Dataset content below:

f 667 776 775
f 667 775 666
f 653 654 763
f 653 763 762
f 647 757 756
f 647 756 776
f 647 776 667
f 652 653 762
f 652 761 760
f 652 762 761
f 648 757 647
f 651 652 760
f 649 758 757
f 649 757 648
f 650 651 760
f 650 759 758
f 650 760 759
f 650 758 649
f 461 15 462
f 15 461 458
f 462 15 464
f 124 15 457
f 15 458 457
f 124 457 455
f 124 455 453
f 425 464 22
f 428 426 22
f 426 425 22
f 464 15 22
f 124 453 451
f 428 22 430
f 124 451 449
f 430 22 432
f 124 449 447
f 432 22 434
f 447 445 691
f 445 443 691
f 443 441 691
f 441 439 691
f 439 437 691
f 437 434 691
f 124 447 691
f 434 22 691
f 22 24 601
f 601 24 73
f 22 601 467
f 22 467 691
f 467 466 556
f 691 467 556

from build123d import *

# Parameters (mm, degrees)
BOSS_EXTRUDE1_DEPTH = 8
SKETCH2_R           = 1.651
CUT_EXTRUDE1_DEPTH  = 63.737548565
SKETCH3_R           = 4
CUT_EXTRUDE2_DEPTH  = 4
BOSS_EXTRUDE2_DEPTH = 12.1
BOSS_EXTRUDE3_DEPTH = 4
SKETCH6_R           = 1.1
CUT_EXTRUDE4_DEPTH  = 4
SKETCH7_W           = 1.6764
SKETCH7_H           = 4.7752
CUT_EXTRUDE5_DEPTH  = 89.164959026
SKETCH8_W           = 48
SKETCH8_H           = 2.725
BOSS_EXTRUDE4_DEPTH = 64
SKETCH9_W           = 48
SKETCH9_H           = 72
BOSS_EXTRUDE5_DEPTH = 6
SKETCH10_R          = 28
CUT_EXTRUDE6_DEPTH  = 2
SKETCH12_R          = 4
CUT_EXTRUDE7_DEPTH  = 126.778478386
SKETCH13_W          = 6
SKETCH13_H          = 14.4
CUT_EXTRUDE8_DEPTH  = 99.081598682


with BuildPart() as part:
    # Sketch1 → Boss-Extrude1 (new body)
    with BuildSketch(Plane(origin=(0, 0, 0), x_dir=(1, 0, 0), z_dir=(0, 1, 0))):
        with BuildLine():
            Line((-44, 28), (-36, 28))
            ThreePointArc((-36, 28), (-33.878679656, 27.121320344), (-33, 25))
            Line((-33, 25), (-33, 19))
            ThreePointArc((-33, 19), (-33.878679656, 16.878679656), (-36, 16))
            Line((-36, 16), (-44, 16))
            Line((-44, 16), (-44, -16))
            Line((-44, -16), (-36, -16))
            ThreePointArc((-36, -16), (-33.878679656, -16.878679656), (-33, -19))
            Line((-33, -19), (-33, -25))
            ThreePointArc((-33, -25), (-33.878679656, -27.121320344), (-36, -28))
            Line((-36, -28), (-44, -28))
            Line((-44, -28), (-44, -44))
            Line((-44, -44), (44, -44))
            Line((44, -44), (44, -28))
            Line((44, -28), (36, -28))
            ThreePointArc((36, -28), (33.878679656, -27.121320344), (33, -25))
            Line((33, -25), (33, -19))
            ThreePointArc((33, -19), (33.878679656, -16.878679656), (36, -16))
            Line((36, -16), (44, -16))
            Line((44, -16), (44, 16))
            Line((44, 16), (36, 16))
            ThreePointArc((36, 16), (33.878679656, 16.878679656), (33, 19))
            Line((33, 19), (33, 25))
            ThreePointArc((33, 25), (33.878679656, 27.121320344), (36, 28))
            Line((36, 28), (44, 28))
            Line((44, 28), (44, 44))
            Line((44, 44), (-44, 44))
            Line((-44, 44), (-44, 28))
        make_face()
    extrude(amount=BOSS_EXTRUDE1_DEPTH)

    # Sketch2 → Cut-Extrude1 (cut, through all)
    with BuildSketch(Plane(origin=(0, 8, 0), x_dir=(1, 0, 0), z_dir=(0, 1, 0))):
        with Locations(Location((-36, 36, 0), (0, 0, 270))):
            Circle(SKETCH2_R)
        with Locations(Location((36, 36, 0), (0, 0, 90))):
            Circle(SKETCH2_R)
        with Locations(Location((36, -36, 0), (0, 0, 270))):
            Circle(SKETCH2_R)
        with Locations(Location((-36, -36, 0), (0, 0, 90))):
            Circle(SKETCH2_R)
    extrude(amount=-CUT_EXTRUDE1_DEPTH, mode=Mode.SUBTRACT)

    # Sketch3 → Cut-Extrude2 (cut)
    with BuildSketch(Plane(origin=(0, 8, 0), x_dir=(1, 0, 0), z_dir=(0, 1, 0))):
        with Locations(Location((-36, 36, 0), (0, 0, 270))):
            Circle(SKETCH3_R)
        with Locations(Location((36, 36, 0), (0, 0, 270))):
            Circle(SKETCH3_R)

End of Dataset content.
Dataset content below:

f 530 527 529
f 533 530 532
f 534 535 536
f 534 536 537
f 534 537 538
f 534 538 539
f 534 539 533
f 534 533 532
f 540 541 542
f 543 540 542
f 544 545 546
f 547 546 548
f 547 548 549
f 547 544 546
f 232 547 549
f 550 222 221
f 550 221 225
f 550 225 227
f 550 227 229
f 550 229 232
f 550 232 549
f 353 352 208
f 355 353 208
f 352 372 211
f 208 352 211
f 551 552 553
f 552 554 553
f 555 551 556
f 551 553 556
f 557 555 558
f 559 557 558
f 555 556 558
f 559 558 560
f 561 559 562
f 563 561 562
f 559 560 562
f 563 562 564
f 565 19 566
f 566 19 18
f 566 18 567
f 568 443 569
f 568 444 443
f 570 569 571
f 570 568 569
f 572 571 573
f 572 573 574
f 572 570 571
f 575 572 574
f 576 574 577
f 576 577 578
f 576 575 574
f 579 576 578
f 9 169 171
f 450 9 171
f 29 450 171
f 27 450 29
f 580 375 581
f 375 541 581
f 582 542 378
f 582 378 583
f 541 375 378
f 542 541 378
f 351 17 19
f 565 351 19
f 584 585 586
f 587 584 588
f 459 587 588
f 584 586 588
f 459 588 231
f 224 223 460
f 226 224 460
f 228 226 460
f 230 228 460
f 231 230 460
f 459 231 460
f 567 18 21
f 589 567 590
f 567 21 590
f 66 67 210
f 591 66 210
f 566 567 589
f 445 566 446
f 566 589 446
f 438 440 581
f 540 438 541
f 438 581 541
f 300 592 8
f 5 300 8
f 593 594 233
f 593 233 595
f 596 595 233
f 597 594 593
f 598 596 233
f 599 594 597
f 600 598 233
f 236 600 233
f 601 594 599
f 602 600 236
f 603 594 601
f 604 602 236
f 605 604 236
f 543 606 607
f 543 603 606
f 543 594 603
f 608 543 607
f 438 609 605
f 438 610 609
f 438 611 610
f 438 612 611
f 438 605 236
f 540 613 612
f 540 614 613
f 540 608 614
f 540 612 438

End of Dataset content.
Dataset content below:

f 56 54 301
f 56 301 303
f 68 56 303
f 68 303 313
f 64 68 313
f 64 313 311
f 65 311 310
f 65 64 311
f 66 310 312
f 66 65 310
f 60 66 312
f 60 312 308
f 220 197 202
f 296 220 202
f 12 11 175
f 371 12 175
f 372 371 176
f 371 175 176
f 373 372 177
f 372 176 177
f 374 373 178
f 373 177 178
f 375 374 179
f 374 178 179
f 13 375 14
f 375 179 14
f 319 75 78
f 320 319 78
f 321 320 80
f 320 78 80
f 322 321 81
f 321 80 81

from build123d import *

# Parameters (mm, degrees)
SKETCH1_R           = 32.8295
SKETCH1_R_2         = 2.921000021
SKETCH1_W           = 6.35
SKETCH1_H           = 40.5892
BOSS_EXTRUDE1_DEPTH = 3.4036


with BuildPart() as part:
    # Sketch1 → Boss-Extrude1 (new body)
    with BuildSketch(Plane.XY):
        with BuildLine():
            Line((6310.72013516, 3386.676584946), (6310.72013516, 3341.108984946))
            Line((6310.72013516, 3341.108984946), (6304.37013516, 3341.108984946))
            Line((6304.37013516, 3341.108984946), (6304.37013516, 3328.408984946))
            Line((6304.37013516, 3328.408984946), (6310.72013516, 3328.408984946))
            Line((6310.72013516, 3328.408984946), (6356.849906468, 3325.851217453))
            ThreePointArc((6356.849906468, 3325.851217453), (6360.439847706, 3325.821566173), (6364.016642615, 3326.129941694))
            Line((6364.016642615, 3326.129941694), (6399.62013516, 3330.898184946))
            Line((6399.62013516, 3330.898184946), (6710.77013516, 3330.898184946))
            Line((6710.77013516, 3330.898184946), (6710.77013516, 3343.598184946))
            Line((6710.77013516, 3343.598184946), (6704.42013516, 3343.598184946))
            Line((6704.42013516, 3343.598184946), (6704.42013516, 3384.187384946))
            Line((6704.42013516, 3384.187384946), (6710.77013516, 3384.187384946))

End of Dataset content.

** What needs to be done **
After locating the line holding "f 567 18 21" above, output exactly that line and every line after it through the line holding "f 540 612 438". Include nothing else.

** The answer **
f 567 18 21
f 589 567 590
f 567 21 590
f 66 67 210
f 591 66 210
f 566 567 589
f 445 566 446
f 566 589 446
f 438 440 581
f 540 438 541
f 438 581 541
f 300 592 8
f 5 300 8
f 593 594 233
f 593 233 595
f 596 595 233
f 597 594 593
f 598 596 233
f 599 594 597
f 600 598 233
f 236 600 233
f 601 594 599
f 602 600 236
f 603 594 601
f 604 602 236
f 605 604 236
f 543 606 607
f 543 603 606
f 543 594 603
f 608 543 607
f 438 609 605
f 438 610 609
f 438 611 610
f 438 612 611
f 438 605 236
f 540 613 612
f 540 614 613
f 540 608 614
f 540 612 438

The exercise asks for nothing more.